**Collected data entries**.
====

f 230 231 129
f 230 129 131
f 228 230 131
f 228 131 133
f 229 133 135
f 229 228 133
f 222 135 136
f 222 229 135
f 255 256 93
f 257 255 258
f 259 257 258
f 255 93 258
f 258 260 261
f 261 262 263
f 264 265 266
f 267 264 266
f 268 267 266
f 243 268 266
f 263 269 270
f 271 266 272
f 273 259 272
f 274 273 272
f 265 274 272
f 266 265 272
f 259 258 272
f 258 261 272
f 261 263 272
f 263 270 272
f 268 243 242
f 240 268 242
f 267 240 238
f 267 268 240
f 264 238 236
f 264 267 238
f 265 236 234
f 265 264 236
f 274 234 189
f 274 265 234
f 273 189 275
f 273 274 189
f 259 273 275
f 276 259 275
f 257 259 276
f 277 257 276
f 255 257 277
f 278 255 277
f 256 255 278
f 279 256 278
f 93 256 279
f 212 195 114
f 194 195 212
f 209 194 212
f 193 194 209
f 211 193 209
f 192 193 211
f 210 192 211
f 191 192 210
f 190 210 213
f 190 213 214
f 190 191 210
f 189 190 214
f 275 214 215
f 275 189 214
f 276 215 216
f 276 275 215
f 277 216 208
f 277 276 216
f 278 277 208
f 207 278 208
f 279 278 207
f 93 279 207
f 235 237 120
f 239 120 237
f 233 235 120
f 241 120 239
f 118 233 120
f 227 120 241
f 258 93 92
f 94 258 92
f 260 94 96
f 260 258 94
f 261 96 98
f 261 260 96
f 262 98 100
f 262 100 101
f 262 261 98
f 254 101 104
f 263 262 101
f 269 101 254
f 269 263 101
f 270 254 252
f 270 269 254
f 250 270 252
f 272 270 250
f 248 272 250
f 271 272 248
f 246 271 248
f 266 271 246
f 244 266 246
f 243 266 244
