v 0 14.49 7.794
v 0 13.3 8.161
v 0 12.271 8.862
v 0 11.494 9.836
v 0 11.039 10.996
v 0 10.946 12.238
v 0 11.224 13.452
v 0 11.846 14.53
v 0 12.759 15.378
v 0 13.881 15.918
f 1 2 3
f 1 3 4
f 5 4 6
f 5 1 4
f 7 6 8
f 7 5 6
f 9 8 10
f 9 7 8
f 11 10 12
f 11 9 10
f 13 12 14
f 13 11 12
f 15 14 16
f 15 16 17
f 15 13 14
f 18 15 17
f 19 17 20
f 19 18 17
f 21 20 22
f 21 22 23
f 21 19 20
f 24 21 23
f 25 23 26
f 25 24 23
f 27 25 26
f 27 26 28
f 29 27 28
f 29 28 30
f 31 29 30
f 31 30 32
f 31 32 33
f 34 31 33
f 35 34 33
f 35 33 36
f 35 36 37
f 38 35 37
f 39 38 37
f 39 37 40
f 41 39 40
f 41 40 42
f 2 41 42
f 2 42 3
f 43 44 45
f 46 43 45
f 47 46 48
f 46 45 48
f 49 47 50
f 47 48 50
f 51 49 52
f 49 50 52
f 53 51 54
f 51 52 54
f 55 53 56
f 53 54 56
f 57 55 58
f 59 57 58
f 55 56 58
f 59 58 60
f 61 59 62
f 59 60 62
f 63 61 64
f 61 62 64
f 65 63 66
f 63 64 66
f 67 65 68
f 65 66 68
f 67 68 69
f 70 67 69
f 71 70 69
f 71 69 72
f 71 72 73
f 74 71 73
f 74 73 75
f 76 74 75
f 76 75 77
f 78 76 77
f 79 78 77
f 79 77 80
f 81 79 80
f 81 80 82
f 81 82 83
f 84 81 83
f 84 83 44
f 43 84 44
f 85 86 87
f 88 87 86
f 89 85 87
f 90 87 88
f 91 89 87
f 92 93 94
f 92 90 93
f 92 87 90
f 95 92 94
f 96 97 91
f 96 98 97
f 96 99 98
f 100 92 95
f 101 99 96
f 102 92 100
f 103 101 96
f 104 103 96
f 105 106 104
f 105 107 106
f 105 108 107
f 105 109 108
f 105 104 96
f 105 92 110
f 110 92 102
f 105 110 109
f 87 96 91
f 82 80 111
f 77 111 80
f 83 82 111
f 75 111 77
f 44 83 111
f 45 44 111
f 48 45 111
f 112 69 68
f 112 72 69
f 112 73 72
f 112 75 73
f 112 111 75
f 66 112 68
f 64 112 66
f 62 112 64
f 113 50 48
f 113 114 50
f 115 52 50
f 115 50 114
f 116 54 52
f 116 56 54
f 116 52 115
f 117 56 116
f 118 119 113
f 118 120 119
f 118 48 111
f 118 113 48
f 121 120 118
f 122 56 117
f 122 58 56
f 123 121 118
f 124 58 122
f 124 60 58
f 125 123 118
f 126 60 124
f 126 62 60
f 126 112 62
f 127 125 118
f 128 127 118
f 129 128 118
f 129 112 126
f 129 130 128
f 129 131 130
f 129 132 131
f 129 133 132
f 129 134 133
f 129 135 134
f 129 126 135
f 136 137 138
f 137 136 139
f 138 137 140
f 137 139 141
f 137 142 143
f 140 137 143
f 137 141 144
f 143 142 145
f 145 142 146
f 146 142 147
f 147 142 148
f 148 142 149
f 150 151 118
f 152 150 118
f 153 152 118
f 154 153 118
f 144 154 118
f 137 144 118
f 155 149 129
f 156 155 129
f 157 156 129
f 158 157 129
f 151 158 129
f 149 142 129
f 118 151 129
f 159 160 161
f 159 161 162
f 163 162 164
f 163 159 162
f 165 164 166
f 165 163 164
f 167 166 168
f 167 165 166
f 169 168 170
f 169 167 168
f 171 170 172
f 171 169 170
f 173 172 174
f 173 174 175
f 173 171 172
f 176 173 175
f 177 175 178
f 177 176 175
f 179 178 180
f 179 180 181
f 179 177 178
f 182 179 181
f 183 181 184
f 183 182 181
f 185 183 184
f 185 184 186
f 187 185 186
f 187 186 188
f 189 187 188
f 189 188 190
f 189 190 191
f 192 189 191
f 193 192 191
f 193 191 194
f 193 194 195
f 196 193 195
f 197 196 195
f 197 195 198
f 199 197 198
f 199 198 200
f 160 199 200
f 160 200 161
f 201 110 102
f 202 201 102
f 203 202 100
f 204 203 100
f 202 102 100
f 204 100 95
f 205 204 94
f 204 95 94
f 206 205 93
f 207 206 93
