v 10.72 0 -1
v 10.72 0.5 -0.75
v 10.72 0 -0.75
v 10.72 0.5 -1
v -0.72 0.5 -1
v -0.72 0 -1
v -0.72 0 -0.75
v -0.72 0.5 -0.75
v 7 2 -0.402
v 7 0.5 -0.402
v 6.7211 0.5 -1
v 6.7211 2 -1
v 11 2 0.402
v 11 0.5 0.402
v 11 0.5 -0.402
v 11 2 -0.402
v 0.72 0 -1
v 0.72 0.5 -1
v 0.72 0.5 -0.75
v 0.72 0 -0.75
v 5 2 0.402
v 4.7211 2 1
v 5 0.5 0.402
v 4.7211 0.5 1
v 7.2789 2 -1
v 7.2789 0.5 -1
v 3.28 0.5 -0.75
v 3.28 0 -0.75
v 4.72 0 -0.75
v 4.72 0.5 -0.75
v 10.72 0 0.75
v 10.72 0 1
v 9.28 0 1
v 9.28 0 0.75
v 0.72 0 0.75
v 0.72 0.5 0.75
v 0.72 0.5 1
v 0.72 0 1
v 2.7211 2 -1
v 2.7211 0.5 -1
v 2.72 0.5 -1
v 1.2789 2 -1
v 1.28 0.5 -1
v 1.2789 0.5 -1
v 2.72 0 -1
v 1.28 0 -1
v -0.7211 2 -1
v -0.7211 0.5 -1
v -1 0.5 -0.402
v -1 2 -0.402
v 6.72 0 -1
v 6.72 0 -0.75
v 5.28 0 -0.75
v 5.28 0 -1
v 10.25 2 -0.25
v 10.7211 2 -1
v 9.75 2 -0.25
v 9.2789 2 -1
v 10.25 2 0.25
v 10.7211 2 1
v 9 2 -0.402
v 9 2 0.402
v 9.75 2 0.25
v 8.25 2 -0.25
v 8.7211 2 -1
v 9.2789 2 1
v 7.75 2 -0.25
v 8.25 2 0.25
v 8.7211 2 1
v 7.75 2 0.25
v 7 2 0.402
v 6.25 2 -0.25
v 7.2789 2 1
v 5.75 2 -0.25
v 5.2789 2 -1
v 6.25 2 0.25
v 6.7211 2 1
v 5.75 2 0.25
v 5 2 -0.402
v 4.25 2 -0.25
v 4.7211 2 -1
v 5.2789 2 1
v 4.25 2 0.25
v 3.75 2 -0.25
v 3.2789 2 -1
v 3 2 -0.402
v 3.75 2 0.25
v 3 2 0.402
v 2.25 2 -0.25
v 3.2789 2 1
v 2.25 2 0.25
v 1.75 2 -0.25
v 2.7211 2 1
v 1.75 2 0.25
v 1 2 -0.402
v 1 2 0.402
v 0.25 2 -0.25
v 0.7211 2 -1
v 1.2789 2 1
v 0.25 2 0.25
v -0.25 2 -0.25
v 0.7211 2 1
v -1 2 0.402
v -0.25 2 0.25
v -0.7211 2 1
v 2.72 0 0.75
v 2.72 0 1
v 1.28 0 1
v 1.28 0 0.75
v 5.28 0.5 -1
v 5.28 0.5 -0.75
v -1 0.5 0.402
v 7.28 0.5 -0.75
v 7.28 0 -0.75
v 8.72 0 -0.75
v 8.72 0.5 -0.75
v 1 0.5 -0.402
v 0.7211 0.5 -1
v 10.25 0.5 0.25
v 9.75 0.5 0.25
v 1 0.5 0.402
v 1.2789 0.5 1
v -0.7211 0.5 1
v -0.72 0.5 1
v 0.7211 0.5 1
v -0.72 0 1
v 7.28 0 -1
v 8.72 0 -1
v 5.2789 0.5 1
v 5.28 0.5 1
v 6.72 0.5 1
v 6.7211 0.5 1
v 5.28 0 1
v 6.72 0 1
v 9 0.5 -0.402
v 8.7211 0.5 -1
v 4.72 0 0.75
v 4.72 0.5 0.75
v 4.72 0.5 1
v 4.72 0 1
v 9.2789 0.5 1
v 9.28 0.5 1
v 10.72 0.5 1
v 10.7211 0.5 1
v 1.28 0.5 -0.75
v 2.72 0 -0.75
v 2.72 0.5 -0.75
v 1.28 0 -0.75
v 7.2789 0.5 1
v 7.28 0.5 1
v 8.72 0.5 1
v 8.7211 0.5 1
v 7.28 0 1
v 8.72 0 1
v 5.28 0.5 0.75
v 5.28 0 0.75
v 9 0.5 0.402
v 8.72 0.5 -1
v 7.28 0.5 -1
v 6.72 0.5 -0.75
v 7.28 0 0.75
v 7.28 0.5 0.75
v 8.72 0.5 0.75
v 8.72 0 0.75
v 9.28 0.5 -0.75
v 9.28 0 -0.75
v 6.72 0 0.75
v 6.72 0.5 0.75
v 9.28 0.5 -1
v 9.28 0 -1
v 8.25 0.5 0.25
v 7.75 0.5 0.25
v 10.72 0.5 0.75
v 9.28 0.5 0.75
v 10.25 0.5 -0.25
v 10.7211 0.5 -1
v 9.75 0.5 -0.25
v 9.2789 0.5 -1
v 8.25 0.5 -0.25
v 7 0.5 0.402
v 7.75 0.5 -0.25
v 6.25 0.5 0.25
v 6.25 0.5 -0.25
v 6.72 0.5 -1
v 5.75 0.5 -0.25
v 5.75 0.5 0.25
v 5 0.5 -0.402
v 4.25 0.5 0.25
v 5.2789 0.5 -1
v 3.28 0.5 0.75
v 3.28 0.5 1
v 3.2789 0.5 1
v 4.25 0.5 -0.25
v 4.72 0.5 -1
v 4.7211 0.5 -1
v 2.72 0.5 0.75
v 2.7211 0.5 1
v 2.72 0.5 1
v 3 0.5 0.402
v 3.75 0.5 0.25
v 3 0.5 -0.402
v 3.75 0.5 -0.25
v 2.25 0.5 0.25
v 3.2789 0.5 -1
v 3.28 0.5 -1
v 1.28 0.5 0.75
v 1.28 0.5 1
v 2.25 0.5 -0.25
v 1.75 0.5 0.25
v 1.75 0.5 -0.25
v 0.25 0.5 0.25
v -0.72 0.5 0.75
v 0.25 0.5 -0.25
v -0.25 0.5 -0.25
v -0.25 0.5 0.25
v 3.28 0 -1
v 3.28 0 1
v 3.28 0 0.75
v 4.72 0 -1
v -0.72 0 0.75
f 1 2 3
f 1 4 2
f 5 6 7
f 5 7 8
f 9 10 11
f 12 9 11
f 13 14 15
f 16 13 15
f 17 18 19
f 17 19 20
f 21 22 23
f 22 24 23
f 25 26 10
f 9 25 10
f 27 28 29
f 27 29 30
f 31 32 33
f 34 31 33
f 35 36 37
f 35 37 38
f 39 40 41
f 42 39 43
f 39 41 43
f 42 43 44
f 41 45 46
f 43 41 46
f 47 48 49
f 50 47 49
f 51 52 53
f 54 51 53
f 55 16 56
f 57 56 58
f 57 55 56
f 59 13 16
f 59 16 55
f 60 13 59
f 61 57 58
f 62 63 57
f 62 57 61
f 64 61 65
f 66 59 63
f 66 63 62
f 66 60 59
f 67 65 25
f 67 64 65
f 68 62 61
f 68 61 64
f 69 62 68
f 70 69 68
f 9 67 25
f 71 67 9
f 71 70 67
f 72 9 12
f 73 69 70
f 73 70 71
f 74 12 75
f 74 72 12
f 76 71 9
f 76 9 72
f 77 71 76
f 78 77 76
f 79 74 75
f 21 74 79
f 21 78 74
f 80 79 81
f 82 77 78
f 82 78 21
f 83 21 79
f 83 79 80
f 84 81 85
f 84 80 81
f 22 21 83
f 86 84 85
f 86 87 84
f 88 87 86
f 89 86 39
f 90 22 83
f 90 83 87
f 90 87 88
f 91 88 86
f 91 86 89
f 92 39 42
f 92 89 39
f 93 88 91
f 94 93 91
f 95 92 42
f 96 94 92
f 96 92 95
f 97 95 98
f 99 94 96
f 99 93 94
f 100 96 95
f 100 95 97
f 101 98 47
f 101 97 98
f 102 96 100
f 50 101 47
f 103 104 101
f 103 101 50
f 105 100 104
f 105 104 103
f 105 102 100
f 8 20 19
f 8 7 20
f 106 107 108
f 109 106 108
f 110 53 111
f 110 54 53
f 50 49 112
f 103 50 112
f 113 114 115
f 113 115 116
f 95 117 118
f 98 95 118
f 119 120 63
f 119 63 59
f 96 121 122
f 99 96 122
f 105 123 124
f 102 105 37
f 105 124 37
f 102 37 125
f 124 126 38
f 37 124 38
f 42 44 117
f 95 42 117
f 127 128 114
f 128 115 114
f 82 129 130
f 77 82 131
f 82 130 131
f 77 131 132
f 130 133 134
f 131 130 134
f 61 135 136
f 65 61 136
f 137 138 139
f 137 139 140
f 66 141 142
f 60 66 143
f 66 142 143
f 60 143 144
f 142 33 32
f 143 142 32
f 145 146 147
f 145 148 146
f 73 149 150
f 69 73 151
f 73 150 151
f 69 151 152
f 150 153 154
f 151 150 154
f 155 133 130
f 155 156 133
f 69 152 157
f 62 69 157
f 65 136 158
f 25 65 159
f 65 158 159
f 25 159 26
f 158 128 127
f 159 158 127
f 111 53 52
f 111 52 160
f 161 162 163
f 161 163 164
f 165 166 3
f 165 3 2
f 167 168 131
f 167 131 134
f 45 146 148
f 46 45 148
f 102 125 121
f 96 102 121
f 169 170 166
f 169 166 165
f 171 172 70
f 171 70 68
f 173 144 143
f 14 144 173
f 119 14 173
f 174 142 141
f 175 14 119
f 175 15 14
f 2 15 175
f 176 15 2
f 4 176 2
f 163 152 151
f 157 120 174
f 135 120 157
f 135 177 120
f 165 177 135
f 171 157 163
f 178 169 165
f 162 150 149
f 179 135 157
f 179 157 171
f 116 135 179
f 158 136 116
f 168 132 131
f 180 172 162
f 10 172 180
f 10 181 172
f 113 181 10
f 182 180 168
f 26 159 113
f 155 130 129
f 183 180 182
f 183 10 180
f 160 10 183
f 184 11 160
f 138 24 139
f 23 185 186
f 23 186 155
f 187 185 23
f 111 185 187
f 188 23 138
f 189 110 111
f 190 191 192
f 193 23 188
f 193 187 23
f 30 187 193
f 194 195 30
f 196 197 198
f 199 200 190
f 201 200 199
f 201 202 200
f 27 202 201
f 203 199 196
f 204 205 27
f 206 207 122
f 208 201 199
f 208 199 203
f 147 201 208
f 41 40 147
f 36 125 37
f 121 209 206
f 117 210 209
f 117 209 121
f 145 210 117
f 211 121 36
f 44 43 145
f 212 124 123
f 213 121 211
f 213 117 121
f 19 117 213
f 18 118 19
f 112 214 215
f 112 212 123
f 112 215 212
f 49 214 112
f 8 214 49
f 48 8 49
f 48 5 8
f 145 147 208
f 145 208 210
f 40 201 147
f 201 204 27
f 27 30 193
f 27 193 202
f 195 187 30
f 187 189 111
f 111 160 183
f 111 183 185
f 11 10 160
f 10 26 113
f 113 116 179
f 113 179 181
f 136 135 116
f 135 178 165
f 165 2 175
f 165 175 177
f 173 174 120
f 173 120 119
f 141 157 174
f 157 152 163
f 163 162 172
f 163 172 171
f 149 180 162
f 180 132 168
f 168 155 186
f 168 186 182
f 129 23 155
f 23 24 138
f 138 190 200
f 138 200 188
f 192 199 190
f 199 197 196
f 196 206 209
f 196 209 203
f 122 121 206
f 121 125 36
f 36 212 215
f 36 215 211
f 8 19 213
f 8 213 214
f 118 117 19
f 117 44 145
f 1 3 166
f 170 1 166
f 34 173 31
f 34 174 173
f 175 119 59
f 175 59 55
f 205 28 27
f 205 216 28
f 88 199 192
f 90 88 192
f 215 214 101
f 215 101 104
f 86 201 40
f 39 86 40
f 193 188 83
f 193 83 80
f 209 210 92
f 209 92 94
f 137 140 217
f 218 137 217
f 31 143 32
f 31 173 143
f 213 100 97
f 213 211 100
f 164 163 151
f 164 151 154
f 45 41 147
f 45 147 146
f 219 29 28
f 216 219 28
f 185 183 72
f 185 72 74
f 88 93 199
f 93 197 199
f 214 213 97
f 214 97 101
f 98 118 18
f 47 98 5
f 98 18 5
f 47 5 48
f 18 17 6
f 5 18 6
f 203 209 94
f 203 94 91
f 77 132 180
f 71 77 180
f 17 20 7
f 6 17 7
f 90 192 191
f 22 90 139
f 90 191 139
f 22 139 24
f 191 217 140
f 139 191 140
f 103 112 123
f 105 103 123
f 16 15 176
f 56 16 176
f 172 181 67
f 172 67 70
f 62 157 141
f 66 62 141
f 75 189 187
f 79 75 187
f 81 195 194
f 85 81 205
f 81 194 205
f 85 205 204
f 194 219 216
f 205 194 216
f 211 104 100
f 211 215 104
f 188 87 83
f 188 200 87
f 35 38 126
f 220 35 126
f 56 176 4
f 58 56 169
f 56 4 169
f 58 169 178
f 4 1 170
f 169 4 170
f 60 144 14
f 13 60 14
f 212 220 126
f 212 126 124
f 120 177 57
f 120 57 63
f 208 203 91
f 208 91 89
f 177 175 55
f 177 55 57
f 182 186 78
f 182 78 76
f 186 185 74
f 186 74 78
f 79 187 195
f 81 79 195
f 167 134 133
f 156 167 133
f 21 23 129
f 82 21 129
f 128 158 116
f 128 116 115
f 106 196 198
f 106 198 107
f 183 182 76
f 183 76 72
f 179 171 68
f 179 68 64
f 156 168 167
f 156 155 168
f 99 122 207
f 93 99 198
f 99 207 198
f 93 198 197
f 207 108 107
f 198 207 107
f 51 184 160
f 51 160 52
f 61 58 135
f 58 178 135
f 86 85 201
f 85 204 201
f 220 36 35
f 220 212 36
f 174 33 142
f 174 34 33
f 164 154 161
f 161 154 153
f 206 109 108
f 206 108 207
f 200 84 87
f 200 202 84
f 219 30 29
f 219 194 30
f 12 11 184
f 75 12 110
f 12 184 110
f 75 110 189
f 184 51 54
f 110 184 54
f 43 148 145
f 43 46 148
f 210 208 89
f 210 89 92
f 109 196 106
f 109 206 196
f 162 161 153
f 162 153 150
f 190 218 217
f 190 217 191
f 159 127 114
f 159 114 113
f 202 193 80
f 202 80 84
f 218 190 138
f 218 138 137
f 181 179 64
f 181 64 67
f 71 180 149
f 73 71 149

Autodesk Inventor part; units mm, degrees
sketch "Sketch_2" plane through (0, 0, 0) normal (0, 1, 0) x (-1, 0, 0)
  line L0 (1, -0.402) -> (1, 0.402)
  line L1 (1, 0.402) -> (0.7211, 1)
  line L2 (0.7211, 1) -> (-0.7211, 1)
  line L3 (-0.7211, 1) -> (-1, 0.402)
  line L4 (-1, 0.402) -> (-1, -0.402)
  line L5 (-1, -0.402) -> (-0.7211, -1)
  line L6 (-0.7211, -1) -> (0.7211, -1)
  line L7 (0.7211, -1) -> (1, -0.402)
extrude "Extrusion1" add sketch "Sketch_2" along normal blind 2
pattern_linear "Rectangular Pattern1" count 6 spacing 2 along (1, 0, 0) of "Extrusion1"
sketch "Sketch_6" plane through (-1, 0, 0) normal (1, 0, 0) x (0, 0, -1)
  line L0 (-0.75, 0.5) -> (-0.75, 0)
  line L1 (-0.75, 0) -> (0.75, 0)
  line L2 (0.75, 0) -> (0.75, 0.5)
  line L3 (0.75, 0.5) -> (-0.75, 0.5)
extrude "Extrusion2" cut sketch "Sketch_6" along normal blind 12
sketch "Sketch_4" plane through (0, 0, 0) normal (0, 1, 0) x (-1, 0, 0)
  line L0 (0.25, -0.25) -> (0.25, 0.25)
  line L1 (0.25, 0.25) -> (-0.25, 0.25)
  line L2 (-0.25, 0.25) -> (-0.25, -0.25)
  line L3 (-0.25, -0.25) -> (0.25, -0.25)
extrude "Extrusion3" cut sketch "Sketch_4" along normal blind 2
pattern_linear "Rectangular Pattern2" count 6 spacing 2 along (1, 0, 0) of "Extrusion3"
sketch "Sketch_9" plane through (0, 0, 0) normal (0, 0, 1) x (1, 0, 0)
  line L0 (-1.28, 0.5) -> (-1.28, 0)
  line L1 (-1.28, 0) -> (-0.72, 0)
  line L2 (-0.72, 0) -> (-0.72, 0.5)
  line L3 (-0.72, 0.5) -> (-1.28, 0.5)
extrude "Extrusion4" cut sketch "Sketch_9" along normal mid plane 2
pattern_linear "Rectangular Pattern3" count 7 spacing 2 along (1, 0, 0) of "Extrusion4"
ref_plane "FOR_PIN_1_XY" through (0, 2, 0) normal (0, 1, 0) x (1, 0, 0)
ref_plane "FOR_PIN_1_YZ" through (0, 2, 0) normal (1, 0, 0) x (0, 0, -1)
ref_plane "FOR_PIN_1_ZX" through (0, 2, 0) normal (0, 0, -1) x (0, 1, 0)
ref_plane "FOR_PIN_2_XY" through (2, 2, 0) normal (0, 1, 0) x (1, 0, 0)
ref_plane "FOR_PIN_2_YZ" through (2, 2, 0) normal (1, 0, 0) x (0, 0, -1)
ref_plane "FOR_PIN_2_ZX" through (2, 2, 0) normal (0, 0, -1) x (0, 1, 0)
ref_plane "FOR_PIN_3_XY" through (4, 2, 0) normal (0, 1, 0) x (1, 0, 0)
ref_plane "FOR_PIN_3_YZ" through (4, 2, 0) normal (1, 0, 0) x (0, 0, -1)
ref_plane "FOR_PIN_3_ZX" through (4, 2, 0) normal (0, 0, -1) x (0, 1, 0)
ref_plane "FOR_PIN_4_XY" through (6, 2, 0) normal (0, 1, 0) x (1, 0, 0)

====

**Assignment**.
Look above for the line holding "f 126 60 124" and the line holding "v -0.72 0.5 -1", then output exactly those two lines and every line between them, nothing more.

**Result for this task**.
f 126 60 124
f 126 62 60
f 126 112 62
f 127 125 118
f 128 127 118
f 129 128 118
f 129 112 126
f 129 130 128
f 129 131 130
f 129 132 131
f 129 133 132
f 129 134 133
f 129 135 134
f 129 126 135
f 136 137 138
f 137 136 139
f 138 137 140
f 137 139 141
f 137 142 143
f 140 137 143
f 137 141 144
f 143 142 145
f 145 142 146
f 146 142 147
f 147 142 148
f 148 142 149
f 150 151 118
f 152 150 118
f 153 152 118
f 154 153 118
f 144 154 118
f 137 144 118
f 155 149 129
f 156 155 129
f 157 156 129
f 158 157 129
f 151 158 129
f 149 142 129
f 118 151 129
f 159 160 161
f 159 161 162
f 163 162 164
f 163 159 162
f 165 164 166
f 165 163 164
f 167 166 168
f 167 165 166
f 169 168 170
f 169 167 168
f 171 170 172
f 171 169 170
f 173 172 174
f 173 174 175
f 173 171 172
f 176 173 175
f 177 175 178
f 177 176 175
f 179 178 180
f 179 180 181
f 179 177 178
f 182 179 181
f 183 181 184
f 183 182 181
f 185 183 184
f 185 184 186
f 187 185 186
f 187 186 188
f 189 187 188
f 189 188 190
f 189 190 191
f 192 189 191
f 193 192 191
f 193 191 194
f 193 194 195
f 196 193 195
f 197 196 195
f 197 195 198
f 199 197 198
f 199 198 200
f 160 199 200
f 160 200 161
f 201 110 102
f 202 201 102
f 203 202 100
f 204 203 100
f 202 102 100
f 204 100 95
f 205 204 94
f 204 95 94
f 206 205 93
f 207 206 93
v 10.72 0 -1
v 10.72 0.5 -0.75
v 10.72 0 -0.75
v 10.72 0.5 -1
v -0.72 0.5 -1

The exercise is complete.